У нас есть понятие малой родины — не столько противопоставляемое понятию Родины большой (их даже и принято писать, соответственно, со строчной и прописной букв), сколько дополняющее ее. Любой житель России — в то же время москвич, или рязанец, или Вологжанин… «Тихая моя родина» — так озаглавил свое прекрасное стихотворение, кстати, как раз поэт-вологжанин, Николай Рубцов. И уже из этого названия видно: речь пойдет именно о родине в узком смысле. О родине, а не о Родине. Последнюю «тихой» назвать трудно.
А вот у греков, если вдуматься, была только «малая родина». Во всяком случае, это совершенно верно применительно к архаической эпохе, когда жила и писала Сапфо. Уже позже положение дел начало меняться — когда в начале V века до н. э. на Элладу пошла рать всего Востока, сплотившаяся под скипетром персидских царей… Вот тогда-то, отражая эту опаснейшую угрозу, греки и задумались всерьез о собственном единстве. Возникло противопоставление «эллинов» и «варваров» (то есть греков и всех остальных, всех не-греков[97]). И кончилось это ментальное, а затем и политическое движение (панэллинизм — так его называют ученые) тем, что Греция, объединившись под гегемонией Македонии — самого северного из находившихся на ее территории государств, — сама покорила всю колоссальную Персию. Кто не слышал о походах Александра Македонского (Великого)?

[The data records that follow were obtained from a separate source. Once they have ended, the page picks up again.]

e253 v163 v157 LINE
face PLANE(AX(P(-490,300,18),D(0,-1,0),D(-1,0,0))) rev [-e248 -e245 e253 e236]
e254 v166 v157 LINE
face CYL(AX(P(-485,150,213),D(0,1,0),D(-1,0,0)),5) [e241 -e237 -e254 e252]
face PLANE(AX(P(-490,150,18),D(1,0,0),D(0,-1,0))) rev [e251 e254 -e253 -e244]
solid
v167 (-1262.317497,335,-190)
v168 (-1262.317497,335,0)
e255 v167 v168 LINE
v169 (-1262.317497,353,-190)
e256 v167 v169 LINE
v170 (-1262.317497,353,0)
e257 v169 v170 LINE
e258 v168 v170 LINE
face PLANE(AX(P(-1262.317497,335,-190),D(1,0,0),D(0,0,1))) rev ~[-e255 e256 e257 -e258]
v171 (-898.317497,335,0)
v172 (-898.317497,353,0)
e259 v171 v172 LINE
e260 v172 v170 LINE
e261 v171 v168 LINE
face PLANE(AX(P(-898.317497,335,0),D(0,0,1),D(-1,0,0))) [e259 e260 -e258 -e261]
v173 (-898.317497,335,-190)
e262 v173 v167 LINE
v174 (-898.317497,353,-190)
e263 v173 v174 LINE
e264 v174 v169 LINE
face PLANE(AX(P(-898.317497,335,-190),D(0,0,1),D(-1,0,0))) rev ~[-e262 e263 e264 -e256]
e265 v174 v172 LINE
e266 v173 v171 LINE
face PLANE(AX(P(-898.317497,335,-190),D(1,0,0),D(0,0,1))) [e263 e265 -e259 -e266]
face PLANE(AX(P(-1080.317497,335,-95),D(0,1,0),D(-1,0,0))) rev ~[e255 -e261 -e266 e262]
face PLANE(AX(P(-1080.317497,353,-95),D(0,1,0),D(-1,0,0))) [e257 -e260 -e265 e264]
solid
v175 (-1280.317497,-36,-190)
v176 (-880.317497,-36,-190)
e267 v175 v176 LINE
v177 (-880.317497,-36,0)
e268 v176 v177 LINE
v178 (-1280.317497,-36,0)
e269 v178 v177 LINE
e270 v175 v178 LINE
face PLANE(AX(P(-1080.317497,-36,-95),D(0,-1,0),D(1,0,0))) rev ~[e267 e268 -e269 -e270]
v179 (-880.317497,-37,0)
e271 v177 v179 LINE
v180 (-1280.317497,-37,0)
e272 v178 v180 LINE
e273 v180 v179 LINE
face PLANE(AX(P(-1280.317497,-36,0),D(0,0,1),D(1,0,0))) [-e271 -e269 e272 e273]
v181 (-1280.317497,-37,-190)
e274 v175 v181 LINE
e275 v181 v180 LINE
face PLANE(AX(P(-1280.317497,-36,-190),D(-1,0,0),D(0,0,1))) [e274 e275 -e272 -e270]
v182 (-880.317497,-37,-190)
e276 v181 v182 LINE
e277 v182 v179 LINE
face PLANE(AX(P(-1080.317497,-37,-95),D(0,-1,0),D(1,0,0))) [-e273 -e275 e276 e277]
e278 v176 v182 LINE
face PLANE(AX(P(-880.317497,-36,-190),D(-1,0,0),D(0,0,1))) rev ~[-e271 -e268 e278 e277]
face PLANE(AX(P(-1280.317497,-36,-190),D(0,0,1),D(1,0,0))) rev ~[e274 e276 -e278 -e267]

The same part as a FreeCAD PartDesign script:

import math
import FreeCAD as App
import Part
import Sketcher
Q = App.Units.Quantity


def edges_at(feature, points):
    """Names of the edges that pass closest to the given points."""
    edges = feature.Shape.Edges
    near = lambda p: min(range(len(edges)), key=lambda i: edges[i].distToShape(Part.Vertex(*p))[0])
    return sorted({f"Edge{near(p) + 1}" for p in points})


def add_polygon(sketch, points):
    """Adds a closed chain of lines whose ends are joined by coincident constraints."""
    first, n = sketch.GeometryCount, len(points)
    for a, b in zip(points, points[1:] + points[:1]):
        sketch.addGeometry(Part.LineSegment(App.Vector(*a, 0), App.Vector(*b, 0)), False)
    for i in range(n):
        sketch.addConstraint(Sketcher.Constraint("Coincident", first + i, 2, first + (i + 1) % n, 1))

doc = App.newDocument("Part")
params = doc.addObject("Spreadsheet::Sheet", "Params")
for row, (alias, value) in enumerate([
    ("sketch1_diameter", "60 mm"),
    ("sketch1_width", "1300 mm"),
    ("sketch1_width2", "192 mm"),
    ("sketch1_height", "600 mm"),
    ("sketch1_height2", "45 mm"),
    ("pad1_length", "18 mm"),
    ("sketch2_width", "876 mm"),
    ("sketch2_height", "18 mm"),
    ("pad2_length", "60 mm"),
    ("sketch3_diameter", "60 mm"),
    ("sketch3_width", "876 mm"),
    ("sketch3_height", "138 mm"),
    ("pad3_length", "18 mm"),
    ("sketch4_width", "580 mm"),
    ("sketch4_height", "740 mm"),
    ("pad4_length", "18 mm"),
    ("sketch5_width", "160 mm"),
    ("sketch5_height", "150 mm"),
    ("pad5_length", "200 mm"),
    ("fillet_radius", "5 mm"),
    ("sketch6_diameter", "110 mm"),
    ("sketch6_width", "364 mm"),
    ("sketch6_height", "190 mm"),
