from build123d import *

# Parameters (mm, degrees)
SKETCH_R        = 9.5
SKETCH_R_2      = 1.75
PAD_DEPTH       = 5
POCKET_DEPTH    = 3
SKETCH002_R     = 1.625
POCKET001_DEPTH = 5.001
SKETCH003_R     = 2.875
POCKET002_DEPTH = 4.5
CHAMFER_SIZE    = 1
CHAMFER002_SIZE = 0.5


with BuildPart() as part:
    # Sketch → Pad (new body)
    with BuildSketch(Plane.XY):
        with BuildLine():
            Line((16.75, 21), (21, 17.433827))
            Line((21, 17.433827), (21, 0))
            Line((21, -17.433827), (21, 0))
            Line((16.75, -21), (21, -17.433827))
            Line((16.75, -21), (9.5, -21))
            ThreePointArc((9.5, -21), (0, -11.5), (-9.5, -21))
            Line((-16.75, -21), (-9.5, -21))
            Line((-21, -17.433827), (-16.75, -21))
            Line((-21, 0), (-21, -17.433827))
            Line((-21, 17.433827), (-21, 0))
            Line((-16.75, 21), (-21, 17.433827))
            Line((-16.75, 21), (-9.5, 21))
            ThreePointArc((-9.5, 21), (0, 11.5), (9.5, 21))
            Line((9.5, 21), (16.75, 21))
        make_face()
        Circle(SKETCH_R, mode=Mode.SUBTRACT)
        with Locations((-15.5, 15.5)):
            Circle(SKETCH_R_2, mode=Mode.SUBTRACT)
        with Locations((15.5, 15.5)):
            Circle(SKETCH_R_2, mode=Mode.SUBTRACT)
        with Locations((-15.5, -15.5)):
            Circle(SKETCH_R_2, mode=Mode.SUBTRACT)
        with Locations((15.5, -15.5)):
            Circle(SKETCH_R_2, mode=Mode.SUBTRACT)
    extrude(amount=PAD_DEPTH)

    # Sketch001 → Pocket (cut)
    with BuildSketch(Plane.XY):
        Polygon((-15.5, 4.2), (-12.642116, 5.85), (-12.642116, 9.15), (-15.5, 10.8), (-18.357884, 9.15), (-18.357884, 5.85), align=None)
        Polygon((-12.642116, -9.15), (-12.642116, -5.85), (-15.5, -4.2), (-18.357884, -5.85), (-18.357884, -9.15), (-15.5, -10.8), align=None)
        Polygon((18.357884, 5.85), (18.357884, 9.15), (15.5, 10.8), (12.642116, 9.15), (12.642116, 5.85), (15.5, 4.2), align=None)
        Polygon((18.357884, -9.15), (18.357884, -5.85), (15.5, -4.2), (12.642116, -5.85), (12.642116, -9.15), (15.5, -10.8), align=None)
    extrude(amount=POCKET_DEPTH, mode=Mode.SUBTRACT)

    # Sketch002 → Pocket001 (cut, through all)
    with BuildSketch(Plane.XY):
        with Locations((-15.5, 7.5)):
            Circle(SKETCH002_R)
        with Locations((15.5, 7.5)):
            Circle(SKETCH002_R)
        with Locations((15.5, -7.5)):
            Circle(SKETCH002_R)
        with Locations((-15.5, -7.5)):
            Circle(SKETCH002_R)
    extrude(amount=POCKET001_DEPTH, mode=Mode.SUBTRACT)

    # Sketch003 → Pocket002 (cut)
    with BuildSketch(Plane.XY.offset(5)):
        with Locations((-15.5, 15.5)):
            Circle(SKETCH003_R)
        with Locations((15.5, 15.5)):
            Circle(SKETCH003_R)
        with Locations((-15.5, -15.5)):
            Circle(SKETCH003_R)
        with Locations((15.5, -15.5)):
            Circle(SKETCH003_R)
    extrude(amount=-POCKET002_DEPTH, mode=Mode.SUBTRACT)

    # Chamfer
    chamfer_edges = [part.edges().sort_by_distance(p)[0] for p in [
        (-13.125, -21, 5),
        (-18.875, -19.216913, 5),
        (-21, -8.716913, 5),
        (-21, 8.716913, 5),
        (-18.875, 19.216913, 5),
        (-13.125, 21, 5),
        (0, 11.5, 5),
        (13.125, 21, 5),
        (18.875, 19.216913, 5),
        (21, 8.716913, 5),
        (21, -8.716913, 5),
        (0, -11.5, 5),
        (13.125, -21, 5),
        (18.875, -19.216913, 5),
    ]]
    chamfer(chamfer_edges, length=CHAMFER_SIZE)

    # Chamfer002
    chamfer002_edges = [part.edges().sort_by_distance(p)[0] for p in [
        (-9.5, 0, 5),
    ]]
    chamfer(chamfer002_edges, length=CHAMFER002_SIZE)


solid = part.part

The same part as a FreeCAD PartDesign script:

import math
import FreeCAD as App
import Part
import Sketcher
from FreeCAD import Vector
Q = App.Units.Quantity


def edges_at(feature, points):
    """Names of the edges that pass closest to the given points."""
    edges = feature.Shape.Edges
    near = lambda p: min(range(len(edges)), key=lambda i: edges[i].distToShape(Part.Vertex(*p))[0])
    return sorted({f"Edge{near(p) + 1}" for p in points})

doc = App.newDocument("Part")
body = doc.addObject("PartDesign::Body", "Body")

sketch1 = body.newObject("Sketcher::SketchObject", "Sketch")
sketch1.AttachmentSupport = (doc.getObject("XY_Plane"), [""])
sketch1.MapMode = "FlatFace"
sketch1.addGeometry(Part.LineSegment(Vector(21, 17.4, 0), Vector(16.8, 21, 0)), False)
sketch1.addGeometry(Part.LineSegment(Vector(16.8, 21, 0), Vector(9.5, 21, 0)), False)
sketch1.addGeometry(Part.ArcOfCircle(Part.Circle(Vector(0, 21, 0), Vector(0, 0, 1), 9.5), math.radians(180), math.radians(360)), False)
sketch1.addGeometry(Part.LineSegment(Vector(-9.5, 21, 0), Vector(-16.8, 21, 0)), False)
sketch1.addGeometry(Part.LineSegment(Vector(-16.8, 21, 0), Vector(-21, 17.4, 0)), False)
sketch1.addGeometry(Part.LineSegment(Vector(-21, 17.4, 0), Vector(-21, -17.4, 0)), False)
sketch1.addGeometry(Part.LineSegment(Vector(-21, -17.4, 0), Vector(-16.8, -21, 0)), False)
sketch1.addGeometry(Part.LineSegment(Vector(-16.8, -21, 0), Vector(-9.5, -21, 0)), False)
sketch1.addGeometry(Part.ArcOfCircle(Part.Circle(Vector(0, -21, 0), Vector(0, 0, 1), 9.5), math.radians(0), math.radians(180)), False)
sketch1.addGeometry(Part.LineSegment(Vector(9.5, -21, 0), Vector(16.8, -21, 0)), False)
sketch1.addGeometry(Part.LineSegment(Vector(16.8, -21, 0), Vector(21, -17.4, 0)), False)
sketch1.addGeometry(Part.LineSegment(Vector(21, -17.4, 0), Vector(21, 17.4, 0)), False)
sketch1.addGeometry(Part.Circle(Vector(15.5, -15.5, 0), Vector(0, 0, 1), 1.8), False)
sketch1.addGeometry(Part.Circle(Vector(-15.5, -15.5, 0), Vector(0, 0, 1), 1.8), False)
sketch1.addGeometry(Part.Circle(Vector(15.5, 15.5, 0), Vector(0, 0, 1), 1.8), False)
sketch1.addGeometry(Part.Circle(Vector(0, 0, 0), Vector(0, 0, 1), 9.5), False)
sketch1.addGeometry(Part.Circle(Vector(-15.5, 15.5, 0), Vector(0, 0, 1), 1.8), False)
sketch1.addConstraint(Sketcher.Constraint("Coincident", 0, 2, 1, 1))
sketch1.addConstraint(Sketcher.Constraint("Coincident", 1, 2, 2, 2))
sketch1.addConstraint(Sketcher.Constraint("Coincident", 2, 1, 3, 1))
sketch1.addConstraint(Sketcher.Constraint("Coincident", 3, 2, 4, 1))
sketch1.addConstraint(Sketcher.Constraint("Coincident", 4, 2, 5, 1))
sketch1.addConstraint(Sketcher.Constraint("Coincident", 5, 2, 6, 1))
sketch1.addConstraint(Sketcher.Constraint("Coincident", 6, 2, 7, 1))
sketch1.addConstraint(Sketcher.Constraint("Coincident", 7, 2, 8, 2))
sketch1.addConstraint(Sketcher.Constraint("Coincident", 8, 1, 9, 1))
sketch1.addConstraint(Sketcher.Constraint("Coincident", 9, 2, 10, 1))
sketch1.addConstraint(Sketcher.Constraint("Coincident", 10, 2, 11, 1))
sketch1.addConstraint(Sketcher.Constraint("Coincident", 11, 2, 0, 1))
sketch1.addConstraint(Sketcher.Constraint("Horizontal", 1))
sketch1.addConstraint(Sketcher.Constraint("Horizontal", 3))
sketch1.addConstraint(Sketcher.Constraint("Vertical", 5))
sketch1.addConstraint(Sketcher.Constraint("Horizontal", 7))
sketch1.addConstraint(Sketcher.Constraint("Horizontal", 9))
sketch1.addConstraint(Sketcher.Constraint("Vertical", 11))
sketch1.addConstraint(Sketcher.Constraint("Coincident", 15, 3, -1, 1))
sketch1.addConstraint(Sketcher.Constraint("Equal", 2, 8))
sketch1.addConstraint(Sketcher.Constraint("Equal", 12, 13))
sketch1.addConstraint(Sketcher.Constraint("Equal", 13, 14))
sketch1.addConstraint(Sketcher.Constraint("Equal", 8, 15))
sketch1.addConstraint(Sketcher.Constraint("Equal", 14, 16))
sketch1.addConstraint(Sketcher.Constraint("Symmetric", 2, 3, 8, 3, -1, 1))
sketch1.addConstraint(Sketcher.Constraint("Symmetric", 13, 3, 14, 3, -1, 1))
sketch1.addConstraint(Sketcher.Constraint("Symmetric", 12, 3, 16, 3, -1, 1))
sketch1.addConstraint(Sketcher.Constraint("Symmetric", 0, 2, 6, 2, -1, 1))
sketch1.addConstraint(Sketcher.Constraint("Symmetric", 3, 2, 9, 2, -1, 1))
sketch1.addConstraint(Sketcher.Constraint("Symmetric", 4, 2, 10, 2, -1, 1))
sketch1.addConstraint(Sketcher.Constraint("Symmetric", 12, 3, 13, 3, -2))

Но Сапфо-то о них точно не слышала, поскольку они состоялись спустя несколько столетий после ее смерти. А во времена нашей героини, что бы там ни говорилось, имела место парадоксальная ситуация: в политической сфере — абсолютный партикуляризм, при одновременном наличии в культурно-ментальной сфере предельно четкого понятия о том, что эллины — единый народ: говорящий на одном и том же языке (непринципиальные различия между диалектами — не в счет), верящий в одних и тех же богов, наслаждающийся одними и теми же произведениями искусства и литературы (естественно, поэмами Гомера заслушивались повсюду, где только жили греки), имеющий общий образ жизни, общую историческую судьбу… А вот побуждения создать единое государство как-то не возникало.
Взглянем на любую карту Греции: прежде всего бросится в глаза просто-таки усыпанное островами Эгейское море, которое в этом отношении ни в малейшей мере не схоже с каким-нибудь другим морем Европы[98]. Этих островов, наверное, сотни! По большей части они невелики, но есть и несколько крупных. Эти последние (если не считать особенно заметного Крита, а также Эвбеи, настолько тесно прильнувшей к Греции как таковой, что даже не сразу и различишь разделяющий их узкий пролив) в основном как бы жмутся к восточному, малоазийскому побережью Эгеиды. Если перечислить их, следуя с юга на север, то перед нами они пройдут в таком порядке: Родос, Самос, Хиос, Лесбос.
Кстати, заметим вот это характерное окончание
А вот с островами сложилось как-то иначе. Может быть, потому, что их названия, примени к ним обычную практику удаления окончаний, зазвучали бы как-то уж чрезмерно непривычно, экзотически. И, главное, вызывали бы совсем неподходящие ассоциации. Остров Род? Остров Сам? Остров Пар? Остров Мел? А Кос — с ним-то как быть? Просто «К»?
Но возвращаемся к перечисленной выше четверке — Родос, Самос, Хиос, Лесбос. Из этих больших островов каждый чем-то был в античности знаменит. Уж о Родосе не говорим: о нем слышал каждый хотя бы в связи с Колоссом Родосским — самой большой статуей античного греческого мира, одним из семи чудес света. Родос, конечно, был прославлен и многим иным, но речь сейчас не о нем.
Далее, Самос — отечество великого Пифагора (хотя этот философ и ученый вынужден был покинуть родные места, преследуемый тираном Поликратом — еще одним выдающимся самосцем, — и местом своей дальнейшей деятельности избрал Южную Италию). На Хиосе изготовлялось лучшее во всей Греции вино. Но мы перемещаемся всё севернее, и вот перед нами — Лесбос. Тут мы и остановимся.